Jesus is the Lamb of God,
offered in sacrifice for the sins of the world.
True God and true man,
in Jesus we see the human and the divine perfectly joined together--
we see the marriage of heaven to earth.
And thus the words of the Mass help us to see in the Eucharist,
not just some ordinary supper, but the Lamb’s wedding feast:
the banquet--whenever it is set before us--
which celebrates, seals, and deepens
the union between Christ and his bride, the Church.

When I know whose wedding this is,
I can begin to see the great significance of how I am to dress.
It’s really the question of how to dress to meet God--
eventually in eternity, for sure, but even now, in space and time.
And I’m invited to meet God for more than just a casual conversation;
it’s been arranged that my soul is to be wed to God:
to enter into an incredibly intimate relationship with him.
I’m not just one guest among many; I’m the bride!
(Didn’t you find it strange that in Jesus’ parable
only a groom was mentioned?)

This understanding should affect our outerwear when we come to Mass.
Now, I’m not saying church every Sunday should be a black tie affair.
In my last parish assignment--
down in Old Forge, where things are rather casual--
we used to joke about the “Adirondack tuxedo”:
a clean pair of jeans and your best flannel shirt!
Nonetheless, I’m always a bit perplexed
to hear people say they’re headed home after Mass
to get dressed up for their next function…as if their next function
could somehow be more important than this one.
Yet far, far more critical than the clothes on our backs
are the garments with which we outfit our hearts.
At Baptism, we were dressed all in white
as an outward sign that, inwardly, we had put on Christ
and been completely clothed in him.
The real issue, then, is:
How crisp and clean have I kept my Christening gown?

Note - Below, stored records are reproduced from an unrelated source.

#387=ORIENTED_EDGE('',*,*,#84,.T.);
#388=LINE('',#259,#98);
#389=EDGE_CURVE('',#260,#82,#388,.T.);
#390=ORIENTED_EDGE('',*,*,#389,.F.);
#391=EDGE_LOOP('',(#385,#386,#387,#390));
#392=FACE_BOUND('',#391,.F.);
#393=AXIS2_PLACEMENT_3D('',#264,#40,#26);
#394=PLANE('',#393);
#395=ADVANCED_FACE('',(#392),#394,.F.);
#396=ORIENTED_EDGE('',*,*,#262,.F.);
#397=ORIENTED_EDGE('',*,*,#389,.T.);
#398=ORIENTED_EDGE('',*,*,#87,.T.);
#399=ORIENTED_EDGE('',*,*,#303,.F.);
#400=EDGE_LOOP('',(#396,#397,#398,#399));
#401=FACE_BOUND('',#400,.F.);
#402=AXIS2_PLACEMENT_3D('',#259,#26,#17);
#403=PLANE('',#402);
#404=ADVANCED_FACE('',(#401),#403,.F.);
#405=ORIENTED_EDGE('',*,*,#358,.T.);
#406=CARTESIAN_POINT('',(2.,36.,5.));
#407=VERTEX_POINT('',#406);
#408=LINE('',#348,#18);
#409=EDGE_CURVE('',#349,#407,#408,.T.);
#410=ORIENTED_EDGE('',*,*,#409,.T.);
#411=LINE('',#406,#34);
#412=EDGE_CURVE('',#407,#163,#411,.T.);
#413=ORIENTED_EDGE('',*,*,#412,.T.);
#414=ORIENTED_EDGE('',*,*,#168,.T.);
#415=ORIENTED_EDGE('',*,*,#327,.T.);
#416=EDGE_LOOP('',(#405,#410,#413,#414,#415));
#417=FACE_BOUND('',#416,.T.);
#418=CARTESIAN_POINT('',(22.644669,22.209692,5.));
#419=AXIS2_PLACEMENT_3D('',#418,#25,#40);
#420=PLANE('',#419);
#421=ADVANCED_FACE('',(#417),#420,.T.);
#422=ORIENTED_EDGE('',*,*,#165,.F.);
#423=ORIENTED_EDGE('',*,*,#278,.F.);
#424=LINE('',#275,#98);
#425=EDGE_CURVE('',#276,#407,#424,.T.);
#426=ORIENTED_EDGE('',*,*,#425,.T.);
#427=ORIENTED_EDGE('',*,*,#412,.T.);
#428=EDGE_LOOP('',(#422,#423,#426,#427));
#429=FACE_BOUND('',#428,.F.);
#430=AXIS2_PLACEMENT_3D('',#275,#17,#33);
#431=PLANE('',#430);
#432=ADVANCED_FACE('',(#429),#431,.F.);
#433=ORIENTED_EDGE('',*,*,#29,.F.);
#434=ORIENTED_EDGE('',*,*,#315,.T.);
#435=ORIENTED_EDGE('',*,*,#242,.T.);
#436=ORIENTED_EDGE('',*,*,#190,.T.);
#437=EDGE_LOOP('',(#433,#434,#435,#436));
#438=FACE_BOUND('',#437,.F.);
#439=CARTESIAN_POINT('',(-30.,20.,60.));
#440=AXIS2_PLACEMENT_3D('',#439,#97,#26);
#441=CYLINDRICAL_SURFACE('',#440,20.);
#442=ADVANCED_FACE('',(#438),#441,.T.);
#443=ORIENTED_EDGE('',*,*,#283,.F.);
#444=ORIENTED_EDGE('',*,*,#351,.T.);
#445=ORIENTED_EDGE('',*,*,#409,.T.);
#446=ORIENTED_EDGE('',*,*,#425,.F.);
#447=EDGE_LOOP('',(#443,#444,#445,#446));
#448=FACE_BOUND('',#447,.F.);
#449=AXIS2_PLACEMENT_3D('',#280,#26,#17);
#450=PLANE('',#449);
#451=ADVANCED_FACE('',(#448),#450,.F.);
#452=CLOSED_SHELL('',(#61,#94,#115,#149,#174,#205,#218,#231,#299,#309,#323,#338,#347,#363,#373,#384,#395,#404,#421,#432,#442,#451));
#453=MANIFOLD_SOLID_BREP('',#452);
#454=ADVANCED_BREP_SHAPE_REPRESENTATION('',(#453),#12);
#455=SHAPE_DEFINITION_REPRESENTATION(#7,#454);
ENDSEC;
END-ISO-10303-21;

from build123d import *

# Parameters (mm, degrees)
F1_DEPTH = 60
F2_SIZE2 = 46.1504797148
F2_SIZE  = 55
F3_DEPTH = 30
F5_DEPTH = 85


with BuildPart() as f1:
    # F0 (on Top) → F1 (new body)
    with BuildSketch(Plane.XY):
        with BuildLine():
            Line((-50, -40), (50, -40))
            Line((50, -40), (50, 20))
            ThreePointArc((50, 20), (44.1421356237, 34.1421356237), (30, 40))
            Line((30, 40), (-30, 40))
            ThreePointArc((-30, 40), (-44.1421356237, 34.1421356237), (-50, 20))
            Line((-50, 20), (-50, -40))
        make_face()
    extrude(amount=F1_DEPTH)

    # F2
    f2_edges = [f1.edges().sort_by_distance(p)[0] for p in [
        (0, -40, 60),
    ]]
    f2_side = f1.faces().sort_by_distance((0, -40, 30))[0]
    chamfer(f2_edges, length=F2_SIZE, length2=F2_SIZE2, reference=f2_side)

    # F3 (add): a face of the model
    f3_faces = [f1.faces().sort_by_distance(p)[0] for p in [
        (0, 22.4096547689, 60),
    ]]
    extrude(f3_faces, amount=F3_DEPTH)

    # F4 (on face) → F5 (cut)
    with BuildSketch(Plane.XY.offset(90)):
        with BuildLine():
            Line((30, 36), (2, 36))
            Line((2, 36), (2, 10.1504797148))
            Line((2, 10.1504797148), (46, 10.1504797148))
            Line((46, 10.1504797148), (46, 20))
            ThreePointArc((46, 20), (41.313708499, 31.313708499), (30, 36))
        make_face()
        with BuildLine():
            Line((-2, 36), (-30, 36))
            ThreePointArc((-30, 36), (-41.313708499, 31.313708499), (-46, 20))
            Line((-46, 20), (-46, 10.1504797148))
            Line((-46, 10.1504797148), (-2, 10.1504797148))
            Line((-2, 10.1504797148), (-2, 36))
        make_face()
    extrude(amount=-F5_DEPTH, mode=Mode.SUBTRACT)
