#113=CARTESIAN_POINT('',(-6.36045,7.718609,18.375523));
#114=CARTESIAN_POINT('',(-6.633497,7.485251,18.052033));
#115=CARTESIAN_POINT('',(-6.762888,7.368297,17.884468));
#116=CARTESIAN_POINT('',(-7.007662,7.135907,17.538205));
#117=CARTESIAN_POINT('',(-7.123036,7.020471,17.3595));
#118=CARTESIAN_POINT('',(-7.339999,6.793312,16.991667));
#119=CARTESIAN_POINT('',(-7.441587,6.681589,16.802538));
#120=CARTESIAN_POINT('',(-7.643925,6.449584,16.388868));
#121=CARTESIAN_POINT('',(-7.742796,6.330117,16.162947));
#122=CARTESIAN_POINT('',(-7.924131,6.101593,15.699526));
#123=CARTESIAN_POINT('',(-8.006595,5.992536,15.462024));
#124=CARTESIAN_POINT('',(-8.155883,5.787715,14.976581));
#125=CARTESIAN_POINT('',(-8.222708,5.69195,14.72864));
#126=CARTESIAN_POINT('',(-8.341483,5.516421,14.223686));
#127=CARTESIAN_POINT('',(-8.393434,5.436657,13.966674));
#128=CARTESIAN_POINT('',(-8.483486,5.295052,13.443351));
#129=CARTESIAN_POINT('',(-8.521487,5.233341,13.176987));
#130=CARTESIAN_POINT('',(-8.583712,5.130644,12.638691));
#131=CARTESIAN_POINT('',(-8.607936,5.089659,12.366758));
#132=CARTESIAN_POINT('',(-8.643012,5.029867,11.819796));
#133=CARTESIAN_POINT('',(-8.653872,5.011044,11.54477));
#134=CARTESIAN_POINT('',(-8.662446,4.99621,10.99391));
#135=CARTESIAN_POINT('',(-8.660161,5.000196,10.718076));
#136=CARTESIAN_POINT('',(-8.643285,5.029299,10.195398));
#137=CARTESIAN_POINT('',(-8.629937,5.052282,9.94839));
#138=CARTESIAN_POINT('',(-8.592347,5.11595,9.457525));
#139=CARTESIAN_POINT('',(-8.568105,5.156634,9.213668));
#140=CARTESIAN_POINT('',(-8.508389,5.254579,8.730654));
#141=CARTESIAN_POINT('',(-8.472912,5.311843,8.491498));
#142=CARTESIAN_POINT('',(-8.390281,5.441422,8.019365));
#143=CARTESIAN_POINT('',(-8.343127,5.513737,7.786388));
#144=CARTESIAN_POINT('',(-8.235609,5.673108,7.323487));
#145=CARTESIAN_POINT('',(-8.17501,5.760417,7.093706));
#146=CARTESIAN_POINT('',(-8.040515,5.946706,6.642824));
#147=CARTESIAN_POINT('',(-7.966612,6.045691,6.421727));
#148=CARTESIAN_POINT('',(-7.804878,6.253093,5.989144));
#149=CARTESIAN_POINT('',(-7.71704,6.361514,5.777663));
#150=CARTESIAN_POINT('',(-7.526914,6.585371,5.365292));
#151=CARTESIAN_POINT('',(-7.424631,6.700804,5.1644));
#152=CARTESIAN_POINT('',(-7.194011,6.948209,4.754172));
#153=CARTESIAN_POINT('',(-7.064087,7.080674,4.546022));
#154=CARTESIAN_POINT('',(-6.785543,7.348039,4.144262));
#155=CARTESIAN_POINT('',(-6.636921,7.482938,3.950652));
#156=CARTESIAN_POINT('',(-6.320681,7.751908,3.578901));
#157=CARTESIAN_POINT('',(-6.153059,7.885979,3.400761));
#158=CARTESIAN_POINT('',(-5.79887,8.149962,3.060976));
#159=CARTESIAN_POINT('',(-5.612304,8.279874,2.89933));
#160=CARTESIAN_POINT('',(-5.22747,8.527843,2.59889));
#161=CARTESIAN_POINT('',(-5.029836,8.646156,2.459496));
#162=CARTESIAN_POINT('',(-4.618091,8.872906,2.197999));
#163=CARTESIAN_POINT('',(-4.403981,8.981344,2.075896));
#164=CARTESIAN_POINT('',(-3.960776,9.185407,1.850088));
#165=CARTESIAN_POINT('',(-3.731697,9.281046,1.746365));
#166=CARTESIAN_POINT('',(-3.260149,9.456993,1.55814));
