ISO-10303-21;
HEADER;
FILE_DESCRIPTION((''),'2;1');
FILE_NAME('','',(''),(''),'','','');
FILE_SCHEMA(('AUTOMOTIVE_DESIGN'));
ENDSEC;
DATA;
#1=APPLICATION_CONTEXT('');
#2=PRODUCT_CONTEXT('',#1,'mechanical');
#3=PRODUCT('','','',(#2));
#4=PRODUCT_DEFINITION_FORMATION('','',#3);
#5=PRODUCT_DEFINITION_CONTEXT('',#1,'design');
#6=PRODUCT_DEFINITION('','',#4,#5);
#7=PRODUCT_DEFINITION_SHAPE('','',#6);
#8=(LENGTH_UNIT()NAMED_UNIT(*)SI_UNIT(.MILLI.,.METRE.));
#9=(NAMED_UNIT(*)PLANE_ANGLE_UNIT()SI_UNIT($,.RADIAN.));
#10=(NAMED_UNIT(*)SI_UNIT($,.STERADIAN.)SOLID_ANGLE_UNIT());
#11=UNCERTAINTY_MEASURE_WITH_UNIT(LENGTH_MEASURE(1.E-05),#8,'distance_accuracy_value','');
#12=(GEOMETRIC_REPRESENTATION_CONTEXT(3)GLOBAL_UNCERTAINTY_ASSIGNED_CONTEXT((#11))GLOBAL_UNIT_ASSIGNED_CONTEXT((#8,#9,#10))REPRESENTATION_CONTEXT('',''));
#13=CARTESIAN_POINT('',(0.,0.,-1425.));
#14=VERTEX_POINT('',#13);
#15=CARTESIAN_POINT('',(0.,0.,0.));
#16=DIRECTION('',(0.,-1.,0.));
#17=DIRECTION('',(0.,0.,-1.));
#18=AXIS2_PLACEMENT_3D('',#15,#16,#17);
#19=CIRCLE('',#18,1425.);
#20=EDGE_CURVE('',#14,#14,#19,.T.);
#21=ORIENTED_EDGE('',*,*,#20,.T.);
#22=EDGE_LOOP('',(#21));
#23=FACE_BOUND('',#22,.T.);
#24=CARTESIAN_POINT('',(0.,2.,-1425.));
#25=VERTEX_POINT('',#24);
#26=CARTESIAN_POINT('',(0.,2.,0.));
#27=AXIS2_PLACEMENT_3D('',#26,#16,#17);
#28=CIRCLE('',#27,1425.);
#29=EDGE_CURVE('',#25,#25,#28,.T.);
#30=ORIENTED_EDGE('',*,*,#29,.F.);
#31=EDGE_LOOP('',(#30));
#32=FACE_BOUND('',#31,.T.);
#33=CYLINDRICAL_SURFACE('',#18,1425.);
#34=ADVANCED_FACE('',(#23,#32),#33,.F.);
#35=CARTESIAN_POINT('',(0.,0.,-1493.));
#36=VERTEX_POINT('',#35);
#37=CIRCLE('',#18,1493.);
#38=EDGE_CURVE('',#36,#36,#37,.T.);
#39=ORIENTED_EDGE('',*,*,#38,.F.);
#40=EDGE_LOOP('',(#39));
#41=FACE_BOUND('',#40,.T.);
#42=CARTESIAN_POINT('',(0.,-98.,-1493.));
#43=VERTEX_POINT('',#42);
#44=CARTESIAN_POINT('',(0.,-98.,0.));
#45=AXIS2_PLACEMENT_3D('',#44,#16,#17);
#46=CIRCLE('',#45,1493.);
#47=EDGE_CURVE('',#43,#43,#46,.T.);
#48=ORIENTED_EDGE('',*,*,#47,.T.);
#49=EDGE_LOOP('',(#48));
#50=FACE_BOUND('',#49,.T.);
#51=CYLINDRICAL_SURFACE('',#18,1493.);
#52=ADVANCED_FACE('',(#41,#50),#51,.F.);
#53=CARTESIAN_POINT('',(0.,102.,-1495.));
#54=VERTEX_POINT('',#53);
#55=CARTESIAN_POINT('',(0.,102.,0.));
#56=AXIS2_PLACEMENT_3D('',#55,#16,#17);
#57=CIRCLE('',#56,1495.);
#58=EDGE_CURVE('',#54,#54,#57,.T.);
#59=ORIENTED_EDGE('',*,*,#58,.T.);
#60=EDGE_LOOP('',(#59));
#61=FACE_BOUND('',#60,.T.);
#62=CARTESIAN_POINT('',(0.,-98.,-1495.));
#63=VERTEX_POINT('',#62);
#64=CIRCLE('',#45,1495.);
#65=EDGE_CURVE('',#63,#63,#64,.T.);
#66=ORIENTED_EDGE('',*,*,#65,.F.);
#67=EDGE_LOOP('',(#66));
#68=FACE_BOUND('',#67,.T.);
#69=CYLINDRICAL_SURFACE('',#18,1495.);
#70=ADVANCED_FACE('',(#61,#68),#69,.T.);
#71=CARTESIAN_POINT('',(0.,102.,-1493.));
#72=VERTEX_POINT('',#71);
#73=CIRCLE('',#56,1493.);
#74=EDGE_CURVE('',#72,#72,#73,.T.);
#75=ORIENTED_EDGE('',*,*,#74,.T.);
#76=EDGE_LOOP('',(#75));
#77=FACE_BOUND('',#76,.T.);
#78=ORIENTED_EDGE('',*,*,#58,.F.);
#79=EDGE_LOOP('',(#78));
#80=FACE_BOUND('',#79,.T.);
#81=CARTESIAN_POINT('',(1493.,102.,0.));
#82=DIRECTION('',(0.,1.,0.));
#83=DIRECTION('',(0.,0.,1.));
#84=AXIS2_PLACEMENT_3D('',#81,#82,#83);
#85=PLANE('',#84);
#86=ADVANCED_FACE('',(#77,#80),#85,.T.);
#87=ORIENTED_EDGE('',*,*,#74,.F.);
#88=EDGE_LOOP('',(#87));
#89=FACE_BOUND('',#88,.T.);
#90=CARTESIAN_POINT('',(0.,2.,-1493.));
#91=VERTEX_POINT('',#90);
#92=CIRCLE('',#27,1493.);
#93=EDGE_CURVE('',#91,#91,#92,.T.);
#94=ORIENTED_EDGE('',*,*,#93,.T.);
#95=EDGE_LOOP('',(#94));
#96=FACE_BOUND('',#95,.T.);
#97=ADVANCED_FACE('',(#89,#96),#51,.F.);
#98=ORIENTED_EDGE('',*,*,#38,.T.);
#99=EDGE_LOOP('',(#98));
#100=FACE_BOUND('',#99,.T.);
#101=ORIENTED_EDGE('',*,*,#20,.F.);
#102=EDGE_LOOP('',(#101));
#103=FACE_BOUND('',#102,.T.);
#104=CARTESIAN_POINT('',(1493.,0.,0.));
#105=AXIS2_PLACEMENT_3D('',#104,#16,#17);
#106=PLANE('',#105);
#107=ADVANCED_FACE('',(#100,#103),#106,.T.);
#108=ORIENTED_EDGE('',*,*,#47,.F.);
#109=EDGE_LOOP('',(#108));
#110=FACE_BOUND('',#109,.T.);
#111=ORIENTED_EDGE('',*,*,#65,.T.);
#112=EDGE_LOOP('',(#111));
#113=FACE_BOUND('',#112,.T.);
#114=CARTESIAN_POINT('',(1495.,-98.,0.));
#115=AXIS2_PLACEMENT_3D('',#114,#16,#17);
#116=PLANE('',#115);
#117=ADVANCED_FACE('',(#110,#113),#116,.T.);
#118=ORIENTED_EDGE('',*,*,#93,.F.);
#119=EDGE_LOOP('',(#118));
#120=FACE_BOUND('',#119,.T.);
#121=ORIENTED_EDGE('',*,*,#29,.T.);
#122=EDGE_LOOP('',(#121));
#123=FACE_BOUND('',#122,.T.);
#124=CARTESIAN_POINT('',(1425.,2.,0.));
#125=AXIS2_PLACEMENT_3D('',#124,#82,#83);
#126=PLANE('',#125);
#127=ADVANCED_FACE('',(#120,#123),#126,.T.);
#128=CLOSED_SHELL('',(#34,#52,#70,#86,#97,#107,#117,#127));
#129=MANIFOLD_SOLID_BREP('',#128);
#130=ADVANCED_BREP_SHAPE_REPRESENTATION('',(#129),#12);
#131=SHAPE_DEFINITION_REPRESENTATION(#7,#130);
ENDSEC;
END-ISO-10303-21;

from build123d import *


with BuildPart() as part:
    # Эскиз1 → Повернуть1 (revolve)
    with BuildSketch(Plane.XY, mode=Mode.PRIVATE) as revolve_1_sk:
        Polygon((1493, 102), (1495, 102), (1495, -98), (1493, -98), (1493, 0), (1425, 0), (1425, 2), (1493, 2), align=None)
    revolve(revolve_1_sk.sketch.rotate(Axis((0, 0, 0), (0, 1, 0)), 90), axis=Axis((0, 0, 0), (0, 1, 0)))


solid = part.part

In a recent interview, Archbishop Charles Chaput--
installed just a month ago in Philadelphia--
had this to say about those
who would call themselves “faithful Catholics”:
Baptism brings us into the Christian community,
but our fidelity is determined
by how we live our lives after baptism.
If we don’t give ourselves to the Lord at Mass every Sunday,
if we don’t seek out the sacrament of penance,
if we don’t follow the teachings of the Church,
if we rarely read the Bible or pray
or support our parish and the wider Church
with our time, talent, and financial resources--
then we should stop imagining ourselves as “faithful,”
because we’re not.
We need to prove what we claim to believe by our actions. 
It’s a simple matter of integrity.  (National Catholic Register, 9/11/11)

Which leads us to another of the new texts of the Mass.
At the very heart of the Eucharistic Prayer,
as we recall the words of Jesus at the Last Supper,
we’re used to hearing Christ say that his blood
“will be shed for you and for all
so that sins may be forgiven.”
We’ll soon hear this a little differently,
with Christ’s blood “poured out for you and for many
for the forgiveness of sins.”
This change in language better reflects the words of Jesus
as we find them in the Gospels.

But what about this shift from “for all” to “for many”?
Didn’t Jesus come to die for everyone?
Doesn’t this wording seem to limit salvation to a select few?
The new translation points to a reality we’d much prefer to overlook:
that while Jesus did, indeed, die for the sins of all,
not all choose to accept the gift.
As crazy as it sounds in the parable,
there are folks who refuse the king’s invitation
to attend the royal wedding:
some are hostile, violently rejecting both message and messenger;
but most of those who ignore the summons
are just indifferent or uninterested--
preferring to be busy with other business.
As Jesus concludes, “Many are invited, but few are chosen.”

To take our place in the Lord’s banquet hall--
at his altar here on earth, at God’s table in heaven--
is not automatic,
though the invitation is so widely extended;
to be counted among “the many”
requires our repeated, faithful response.
God has provided us with a most worthy garment.
It remains up to us to put it on,
and to keep it carefully washed--
not just once in a lifetime, or once in awhile,
but again and again each day.

The King of Heaven is giving a wedding feast for his Son,
and you are invited.
Consider wearing white--
it’s the color of happiness,
and this ought to be the happiest moment of your life.